Requirement :: In the records below, find the line with "f 157 92 104" and the line with "f 137 74 75"; return exactly those lines and every line between them.
[Available data — start]
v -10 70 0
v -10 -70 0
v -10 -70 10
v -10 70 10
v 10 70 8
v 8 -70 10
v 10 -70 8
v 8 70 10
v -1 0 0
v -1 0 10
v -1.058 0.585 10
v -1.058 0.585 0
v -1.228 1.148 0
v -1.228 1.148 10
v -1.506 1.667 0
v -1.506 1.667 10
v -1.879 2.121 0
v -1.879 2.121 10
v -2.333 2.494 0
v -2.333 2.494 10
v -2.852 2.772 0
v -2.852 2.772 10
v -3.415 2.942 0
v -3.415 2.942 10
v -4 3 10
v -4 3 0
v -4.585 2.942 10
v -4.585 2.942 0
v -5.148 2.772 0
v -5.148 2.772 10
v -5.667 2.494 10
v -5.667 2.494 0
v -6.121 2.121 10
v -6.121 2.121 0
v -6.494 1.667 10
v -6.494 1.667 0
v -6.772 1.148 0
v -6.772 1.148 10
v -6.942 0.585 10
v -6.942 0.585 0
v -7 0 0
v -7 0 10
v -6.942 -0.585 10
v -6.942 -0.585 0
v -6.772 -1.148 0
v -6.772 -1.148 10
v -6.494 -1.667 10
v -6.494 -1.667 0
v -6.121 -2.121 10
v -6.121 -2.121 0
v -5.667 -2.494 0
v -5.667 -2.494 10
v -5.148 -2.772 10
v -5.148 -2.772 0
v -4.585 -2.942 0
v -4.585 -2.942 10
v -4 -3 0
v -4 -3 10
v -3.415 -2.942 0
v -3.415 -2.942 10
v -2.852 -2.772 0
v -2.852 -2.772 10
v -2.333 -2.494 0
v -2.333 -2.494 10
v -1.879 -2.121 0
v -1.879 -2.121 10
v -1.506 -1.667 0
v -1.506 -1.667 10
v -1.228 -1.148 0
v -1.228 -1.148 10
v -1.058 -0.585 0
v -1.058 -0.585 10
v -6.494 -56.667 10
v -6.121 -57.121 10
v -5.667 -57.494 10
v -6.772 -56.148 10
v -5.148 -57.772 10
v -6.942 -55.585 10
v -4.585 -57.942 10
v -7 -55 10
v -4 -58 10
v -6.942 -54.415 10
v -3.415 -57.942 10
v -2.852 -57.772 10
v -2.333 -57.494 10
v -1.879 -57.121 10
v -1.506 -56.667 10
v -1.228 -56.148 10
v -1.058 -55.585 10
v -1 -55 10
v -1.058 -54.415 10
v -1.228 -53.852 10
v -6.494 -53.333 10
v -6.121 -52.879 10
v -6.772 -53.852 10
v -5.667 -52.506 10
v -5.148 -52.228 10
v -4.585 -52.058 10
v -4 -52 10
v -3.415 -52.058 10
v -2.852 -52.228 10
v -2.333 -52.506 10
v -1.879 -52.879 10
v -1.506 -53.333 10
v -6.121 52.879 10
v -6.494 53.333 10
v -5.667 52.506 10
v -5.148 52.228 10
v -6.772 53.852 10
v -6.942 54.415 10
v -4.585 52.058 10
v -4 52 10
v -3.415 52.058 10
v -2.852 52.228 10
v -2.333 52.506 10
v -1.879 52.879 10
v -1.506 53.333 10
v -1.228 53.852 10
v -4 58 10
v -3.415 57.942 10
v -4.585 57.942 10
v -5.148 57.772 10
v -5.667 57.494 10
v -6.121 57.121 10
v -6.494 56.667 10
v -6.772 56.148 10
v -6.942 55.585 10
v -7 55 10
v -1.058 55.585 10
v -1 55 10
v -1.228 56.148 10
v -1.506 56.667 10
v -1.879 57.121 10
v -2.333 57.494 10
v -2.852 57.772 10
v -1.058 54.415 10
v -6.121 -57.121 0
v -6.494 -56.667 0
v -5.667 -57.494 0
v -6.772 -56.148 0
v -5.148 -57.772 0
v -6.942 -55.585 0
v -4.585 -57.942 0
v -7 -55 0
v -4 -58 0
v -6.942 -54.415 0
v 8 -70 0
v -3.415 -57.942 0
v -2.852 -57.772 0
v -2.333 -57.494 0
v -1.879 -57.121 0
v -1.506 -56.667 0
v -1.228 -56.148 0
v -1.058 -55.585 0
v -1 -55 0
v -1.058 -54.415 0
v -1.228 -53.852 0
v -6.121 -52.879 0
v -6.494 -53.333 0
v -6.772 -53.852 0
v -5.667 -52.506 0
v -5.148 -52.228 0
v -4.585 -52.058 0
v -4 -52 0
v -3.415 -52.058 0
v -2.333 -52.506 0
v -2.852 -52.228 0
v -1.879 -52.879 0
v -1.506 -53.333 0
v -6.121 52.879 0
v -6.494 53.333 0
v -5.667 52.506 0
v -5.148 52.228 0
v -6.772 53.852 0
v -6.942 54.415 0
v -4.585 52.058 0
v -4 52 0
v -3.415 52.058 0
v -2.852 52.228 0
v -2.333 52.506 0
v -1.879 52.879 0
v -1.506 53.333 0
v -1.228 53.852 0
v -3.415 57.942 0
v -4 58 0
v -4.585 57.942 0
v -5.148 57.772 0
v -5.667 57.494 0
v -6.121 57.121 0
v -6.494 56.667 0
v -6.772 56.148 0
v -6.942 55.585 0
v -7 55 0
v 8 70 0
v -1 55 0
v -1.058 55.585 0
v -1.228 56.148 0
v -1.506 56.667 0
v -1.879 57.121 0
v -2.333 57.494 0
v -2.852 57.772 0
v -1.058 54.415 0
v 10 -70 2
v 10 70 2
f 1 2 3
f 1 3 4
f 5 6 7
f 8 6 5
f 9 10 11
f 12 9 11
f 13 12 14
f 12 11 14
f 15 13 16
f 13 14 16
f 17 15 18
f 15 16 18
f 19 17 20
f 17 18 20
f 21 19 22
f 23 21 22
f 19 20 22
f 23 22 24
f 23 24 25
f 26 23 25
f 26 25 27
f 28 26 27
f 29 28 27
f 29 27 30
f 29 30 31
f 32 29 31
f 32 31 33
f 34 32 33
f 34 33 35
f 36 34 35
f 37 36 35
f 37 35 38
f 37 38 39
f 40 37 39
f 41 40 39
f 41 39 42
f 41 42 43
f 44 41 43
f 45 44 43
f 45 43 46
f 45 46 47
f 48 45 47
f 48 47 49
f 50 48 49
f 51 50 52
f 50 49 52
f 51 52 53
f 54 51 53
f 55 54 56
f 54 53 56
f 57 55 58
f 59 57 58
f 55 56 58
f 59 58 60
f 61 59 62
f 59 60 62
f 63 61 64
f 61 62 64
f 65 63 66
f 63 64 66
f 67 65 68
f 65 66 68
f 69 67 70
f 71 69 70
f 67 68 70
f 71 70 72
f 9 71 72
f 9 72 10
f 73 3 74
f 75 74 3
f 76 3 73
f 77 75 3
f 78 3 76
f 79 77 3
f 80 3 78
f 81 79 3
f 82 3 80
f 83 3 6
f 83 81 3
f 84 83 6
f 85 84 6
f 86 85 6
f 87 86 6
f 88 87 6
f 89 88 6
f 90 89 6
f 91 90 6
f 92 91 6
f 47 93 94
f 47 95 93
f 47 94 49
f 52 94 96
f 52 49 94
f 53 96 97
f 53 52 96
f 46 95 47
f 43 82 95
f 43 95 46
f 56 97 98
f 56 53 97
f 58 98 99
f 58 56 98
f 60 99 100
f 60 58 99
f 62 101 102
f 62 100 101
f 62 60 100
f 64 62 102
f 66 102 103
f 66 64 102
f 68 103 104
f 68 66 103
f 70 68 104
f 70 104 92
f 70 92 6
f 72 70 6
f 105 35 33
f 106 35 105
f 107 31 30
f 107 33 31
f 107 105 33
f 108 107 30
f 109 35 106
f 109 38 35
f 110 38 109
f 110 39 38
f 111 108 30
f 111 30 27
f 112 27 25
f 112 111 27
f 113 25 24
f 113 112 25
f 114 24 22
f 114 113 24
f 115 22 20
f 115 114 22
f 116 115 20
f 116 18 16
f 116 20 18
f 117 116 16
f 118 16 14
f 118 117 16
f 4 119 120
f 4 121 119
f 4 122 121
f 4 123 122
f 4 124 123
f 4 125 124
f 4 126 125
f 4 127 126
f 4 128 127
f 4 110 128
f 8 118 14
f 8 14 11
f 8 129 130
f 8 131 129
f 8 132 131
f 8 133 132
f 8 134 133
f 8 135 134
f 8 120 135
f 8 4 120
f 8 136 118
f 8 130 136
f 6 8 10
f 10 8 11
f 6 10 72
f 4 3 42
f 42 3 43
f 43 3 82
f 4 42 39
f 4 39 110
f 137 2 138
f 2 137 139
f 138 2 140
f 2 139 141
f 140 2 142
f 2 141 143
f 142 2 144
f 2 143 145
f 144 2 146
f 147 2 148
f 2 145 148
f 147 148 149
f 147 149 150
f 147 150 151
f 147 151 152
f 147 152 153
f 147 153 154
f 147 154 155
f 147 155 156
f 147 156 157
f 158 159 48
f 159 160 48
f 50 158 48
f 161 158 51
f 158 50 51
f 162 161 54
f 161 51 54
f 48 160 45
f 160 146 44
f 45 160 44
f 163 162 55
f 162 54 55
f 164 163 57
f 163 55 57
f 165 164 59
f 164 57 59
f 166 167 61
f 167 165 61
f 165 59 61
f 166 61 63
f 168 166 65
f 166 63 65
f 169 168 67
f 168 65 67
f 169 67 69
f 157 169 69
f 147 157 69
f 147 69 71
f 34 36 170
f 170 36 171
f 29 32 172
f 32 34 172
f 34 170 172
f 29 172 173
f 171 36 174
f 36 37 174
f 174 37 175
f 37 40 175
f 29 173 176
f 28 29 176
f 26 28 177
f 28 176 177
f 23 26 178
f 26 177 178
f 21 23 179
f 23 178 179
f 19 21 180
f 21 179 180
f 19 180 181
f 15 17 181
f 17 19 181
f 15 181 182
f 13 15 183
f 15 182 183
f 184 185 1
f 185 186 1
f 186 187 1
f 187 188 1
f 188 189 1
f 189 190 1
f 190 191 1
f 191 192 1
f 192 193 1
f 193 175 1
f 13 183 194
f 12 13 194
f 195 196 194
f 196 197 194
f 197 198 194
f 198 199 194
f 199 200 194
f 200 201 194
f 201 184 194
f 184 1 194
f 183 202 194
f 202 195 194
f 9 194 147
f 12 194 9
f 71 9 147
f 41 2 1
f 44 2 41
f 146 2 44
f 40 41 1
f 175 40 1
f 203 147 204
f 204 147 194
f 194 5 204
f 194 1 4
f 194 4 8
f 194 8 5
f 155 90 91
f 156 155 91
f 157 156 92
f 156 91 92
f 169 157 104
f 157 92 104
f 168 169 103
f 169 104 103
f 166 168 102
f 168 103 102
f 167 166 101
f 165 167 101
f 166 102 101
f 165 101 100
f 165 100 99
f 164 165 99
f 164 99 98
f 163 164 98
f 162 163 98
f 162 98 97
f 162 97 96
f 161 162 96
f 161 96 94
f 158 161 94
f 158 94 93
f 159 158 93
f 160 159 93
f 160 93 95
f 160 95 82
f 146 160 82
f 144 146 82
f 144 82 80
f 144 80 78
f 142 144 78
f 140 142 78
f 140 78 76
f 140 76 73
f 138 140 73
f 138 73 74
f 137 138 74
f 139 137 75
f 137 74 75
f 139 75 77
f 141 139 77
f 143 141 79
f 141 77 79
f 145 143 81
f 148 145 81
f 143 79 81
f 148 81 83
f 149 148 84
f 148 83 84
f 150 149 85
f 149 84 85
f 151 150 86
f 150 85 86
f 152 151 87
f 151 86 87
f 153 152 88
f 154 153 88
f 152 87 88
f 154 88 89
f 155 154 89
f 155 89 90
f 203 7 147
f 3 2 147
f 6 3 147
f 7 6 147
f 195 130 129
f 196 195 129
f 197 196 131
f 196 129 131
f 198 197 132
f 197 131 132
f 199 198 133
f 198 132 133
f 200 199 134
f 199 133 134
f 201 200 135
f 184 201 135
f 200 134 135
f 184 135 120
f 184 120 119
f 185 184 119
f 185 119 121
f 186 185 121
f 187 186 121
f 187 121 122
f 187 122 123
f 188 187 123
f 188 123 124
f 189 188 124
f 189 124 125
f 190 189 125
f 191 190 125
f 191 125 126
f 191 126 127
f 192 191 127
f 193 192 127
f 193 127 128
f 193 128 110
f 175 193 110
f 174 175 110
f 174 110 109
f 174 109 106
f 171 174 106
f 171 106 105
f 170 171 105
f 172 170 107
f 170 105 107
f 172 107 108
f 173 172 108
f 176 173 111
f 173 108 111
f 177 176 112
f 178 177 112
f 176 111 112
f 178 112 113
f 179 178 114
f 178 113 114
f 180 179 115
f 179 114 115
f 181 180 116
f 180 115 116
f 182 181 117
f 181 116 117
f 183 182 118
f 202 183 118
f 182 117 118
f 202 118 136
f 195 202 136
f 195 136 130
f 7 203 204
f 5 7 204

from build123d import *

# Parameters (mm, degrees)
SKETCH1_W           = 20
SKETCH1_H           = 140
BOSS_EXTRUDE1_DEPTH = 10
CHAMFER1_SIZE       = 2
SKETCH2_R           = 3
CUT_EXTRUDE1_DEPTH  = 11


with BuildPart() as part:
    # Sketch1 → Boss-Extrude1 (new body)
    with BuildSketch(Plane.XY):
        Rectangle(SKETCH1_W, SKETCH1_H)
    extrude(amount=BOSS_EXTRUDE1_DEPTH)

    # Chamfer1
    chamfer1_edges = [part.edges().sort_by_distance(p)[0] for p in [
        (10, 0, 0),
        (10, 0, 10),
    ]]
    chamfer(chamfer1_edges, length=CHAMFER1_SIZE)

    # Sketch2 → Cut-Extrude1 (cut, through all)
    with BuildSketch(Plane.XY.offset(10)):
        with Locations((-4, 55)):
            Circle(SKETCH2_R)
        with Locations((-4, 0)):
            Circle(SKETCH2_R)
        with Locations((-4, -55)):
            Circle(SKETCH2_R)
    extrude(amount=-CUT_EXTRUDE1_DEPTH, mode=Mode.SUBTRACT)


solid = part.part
[Available data — finish]
[Available data — start]
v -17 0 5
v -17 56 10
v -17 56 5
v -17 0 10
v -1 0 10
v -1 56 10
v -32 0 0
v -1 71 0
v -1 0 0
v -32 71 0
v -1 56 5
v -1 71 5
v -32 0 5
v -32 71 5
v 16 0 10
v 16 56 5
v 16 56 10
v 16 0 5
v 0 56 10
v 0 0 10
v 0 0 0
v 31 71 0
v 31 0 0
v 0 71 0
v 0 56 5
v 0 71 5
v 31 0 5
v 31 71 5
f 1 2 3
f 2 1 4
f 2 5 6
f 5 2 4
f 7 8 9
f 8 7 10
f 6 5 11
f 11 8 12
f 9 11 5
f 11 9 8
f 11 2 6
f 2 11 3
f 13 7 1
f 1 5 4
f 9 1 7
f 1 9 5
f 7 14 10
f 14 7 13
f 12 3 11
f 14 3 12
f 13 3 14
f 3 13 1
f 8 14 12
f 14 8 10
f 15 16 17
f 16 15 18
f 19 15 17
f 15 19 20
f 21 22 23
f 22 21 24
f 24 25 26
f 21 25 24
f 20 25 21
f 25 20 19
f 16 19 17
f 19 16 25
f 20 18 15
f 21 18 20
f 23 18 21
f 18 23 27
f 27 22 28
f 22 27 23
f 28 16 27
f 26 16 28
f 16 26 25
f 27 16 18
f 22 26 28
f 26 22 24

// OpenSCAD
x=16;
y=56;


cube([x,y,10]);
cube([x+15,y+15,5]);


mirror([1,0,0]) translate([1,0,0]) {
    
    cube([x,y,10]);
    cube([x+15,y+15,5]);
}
[Available data — finish]
[Available data — start]
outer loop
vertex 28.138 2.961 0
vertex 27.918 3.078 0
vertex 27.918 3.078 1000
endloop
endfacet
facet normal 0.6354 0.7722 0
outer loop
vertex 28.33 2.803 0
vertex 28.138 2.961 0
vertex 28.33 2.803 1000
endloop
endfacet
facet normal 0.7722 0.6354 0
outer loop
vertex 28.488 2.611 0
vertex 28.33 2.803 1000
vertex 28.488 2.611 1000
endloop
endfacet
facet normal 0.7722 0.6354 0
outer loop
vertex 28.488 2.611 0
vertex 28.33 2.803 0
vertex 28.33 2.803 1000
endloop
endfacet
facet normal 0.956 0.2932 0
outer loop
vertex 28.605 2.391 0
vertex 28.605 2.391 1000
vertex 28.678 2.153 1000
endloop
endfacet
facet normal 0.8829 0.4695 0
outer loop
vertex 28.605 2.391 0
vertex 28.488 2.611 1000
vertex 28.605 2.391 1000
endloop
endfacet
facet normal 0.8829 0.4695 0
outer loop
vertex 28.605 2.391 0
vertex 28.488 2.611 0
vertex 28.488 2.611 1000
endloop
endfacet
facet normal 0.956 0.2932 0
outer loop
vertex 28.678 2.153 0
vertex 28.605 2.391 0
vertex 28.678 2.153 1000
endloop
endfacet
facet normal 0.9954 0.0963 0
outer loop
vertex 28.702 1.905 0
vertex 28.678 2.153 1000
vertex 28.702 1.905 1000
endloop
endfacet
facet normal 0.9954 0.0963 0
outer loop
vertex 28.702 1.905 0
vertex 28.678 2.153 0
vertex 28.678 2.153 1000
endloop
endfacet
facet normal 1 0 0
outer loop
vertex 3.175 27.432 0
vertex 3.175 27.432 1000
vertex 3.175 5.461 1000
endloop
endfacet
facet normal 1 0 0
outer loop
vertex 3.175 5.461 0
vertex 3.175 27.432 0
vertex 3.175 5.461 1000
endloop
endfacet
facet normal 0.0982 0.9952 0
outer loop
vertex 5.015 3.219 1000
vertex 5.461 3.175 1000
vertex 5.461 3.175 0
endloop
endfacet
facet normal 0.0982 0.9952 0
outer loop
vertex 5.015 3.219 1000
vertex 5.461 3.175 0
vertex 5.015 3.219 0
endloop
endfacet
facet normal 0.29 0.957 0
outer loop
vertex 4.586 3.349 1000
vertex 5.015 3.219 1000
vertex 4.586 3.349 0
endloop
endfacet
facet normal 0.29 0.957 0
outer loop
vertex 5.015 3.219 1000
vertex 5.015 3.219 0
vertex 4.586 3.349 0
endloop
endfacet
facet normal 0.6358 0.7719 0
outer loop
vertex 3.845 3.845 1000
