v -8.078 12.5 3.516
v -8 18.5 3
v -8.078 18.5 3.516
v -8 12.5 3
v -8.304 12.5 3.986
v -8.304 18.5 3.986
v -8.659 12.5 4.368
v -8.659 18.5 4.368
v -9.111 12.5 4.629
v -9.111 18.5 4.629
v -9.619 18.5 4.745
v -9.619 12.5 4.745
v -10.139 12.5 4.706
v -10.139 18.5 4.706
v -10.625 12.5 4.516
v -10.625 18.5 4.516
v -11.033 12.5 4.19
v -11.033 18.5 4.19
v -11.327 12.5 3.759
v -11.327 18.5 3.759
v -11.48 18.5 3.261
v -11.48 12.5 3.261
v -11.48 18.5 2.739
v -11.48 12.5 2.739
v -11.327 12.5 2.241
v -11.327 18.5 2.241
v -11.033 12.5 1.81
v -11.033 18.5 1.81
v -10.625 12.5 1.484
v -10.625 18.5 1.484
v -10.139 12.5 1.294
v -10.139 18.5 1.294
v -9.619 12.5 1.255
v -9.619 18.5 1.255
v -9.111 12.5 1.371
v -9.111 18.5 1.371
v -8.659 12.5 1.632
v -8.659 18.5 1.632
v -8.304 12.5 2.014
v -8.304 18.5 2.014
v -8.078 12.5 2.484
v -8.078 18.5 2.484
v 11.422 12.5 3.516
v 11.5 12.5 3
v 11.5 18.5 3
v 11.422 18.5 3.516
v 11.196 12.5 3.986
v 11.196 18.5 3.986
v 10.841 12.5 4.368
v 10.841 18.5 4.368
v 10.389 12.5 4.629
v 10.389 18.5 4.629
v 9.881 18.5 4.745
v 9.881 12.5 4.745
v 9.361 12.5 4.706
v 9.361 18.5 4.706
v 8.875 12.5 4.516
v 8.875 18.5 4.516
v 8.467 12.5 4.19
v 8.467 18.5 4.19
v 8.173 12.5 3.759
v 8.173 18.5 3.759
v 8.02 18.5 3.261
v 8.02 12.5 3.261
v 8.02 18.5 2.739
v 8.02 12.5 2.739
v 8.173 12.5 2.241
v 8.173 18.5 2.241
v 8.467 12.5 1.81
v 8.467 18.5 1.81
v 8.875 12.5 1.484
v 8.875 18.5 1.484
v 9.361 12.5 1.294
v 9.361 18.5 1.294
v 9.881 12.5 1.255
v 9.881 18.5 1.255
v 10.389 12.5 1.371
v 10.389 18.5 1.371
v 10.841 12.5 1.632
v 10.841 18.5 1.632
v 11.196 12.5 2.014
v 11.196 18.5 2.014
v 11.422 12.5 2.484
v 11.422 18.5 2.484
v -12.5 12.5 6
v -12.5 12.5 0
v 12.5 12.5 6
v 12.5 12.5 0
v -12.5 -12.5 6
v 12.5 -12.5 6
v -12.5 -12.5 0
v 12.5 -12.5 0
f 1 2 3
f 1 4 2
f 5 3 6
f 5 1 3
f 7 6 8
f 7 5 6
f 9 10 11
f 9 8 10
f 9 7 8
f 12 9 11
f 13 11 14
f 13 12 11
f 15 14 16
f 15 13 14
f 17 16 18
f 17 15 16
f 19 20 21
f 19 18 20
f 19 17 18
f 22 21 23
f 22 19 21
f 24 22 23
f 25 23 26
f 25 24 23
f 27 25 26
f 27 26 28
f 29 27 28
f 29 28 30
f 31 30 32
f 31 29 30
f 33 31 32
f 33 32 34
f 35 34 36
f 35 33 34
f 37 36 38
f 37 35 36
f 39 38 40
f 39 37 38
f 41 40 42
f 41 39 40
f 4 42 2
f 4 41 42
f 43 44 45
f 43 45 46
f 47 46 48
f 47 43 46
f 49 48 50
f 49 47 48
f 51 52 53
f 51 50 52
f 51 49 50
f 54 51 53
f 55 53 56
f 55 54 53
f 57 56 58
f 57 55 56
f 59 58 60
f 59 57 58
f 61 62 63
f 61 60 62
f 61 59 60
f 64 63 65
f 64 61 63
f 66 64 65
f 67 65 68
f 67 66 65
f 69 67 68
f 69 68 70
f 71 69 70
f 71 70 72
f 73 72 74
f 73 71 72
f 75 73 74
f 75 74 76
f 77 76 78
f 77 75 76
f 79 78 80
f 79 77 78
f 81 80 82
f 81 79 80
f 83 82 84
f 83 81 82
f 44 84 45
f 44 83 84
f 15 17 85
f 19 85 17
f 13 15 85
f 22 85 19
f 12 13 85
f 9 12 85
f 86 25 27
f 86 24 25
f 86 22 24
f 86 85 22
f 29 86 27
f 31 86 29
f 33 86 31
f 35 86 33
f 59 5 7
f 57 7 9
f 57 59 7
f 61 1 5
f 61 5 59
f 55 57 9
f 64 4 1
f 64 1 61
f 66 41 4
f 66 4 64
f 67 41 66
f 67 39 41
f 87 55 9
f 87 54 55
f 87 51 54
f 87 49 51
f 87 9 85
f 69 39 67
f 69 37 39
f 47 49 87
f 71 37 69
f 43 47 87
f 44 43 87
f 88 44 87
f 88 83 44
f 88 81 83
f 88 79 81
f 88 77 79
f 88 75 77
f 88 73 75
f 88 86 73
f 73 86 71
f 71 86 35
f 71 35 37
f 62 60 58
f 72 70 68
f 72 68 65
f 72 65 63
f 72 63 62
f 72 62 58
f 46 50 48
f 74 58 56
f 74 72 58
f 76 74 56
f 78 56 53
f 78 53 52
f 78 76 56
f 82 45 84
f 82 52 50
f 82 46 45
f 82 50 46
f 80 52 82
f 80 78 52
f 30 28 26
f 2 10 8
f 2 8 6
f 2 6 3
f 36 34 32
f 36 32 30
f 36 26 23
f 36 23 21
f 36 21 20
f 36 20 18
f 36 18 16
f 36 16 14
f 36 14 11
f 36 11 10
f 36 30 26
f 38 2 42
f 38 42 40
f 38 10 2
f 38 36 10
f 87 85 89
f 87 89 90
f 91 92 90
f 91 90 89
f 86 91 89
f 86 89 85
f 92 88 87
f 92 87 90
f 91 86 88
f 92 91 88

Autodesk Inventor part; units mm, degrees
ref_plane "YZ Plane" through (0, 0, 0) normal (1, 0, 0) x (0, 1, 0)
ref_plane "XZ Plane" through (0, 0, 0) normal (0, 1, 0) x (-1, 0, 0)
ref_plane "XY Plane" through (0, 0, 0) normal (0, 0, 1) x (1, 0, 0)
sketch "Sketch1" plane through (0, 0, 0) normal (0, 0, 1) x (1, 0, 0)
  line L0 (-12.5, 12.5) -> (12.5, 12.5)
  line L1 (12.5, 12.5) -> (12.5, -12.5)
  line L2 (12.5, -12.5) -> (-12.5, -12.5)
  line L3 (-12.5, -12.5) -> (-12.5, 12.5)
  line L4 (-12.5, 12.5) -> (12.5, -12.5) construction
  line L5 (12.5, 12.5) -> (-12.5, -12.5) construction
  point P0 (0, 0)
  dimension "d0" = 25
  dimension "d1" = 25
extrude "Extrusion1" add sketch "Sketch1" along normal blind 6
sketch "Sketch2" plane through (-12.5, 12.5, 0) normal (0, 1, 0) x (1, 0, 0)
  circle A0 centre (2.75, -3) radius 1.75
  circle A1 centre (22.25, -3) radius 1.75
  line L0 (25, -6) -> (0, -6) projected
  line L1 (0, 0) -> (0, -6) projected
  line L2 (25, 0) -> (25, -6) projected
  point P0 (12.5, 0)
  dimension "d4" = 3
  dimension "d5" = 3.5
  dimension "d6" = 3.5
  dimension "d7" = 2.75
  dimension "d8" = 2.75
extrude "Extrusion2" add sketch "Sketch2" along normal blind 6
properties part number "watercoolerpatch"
[Available data — finish]
Task output ::
f 157 92 104
f 168 169 103
f 169 104 103
f 166 168 102
f 168 103 102
f 167 166 101
f 165 167 101
f 166 102 101
f 165 101 100
f 165 100 99
f 164 165 99
f 164 99 98
f 163 164 98
f 162 163 98
f 162 98 97
f 162 97 96
f 161 162 96
f 161 96 94
f 158 161 94
f 158 94 93
f 159 158 93
f 160 159 93
f 160 93 95
f 160 95 82
f 146 160 82
f 144 146 82
f 144 82 80
f 144 80 78
f 142 144 78
f 140 142 78
f 140 78 76
f 140 76 73
f 138 140 73
f 138 73 74
f 137 138 74
f 139 137 75
f 137 74 75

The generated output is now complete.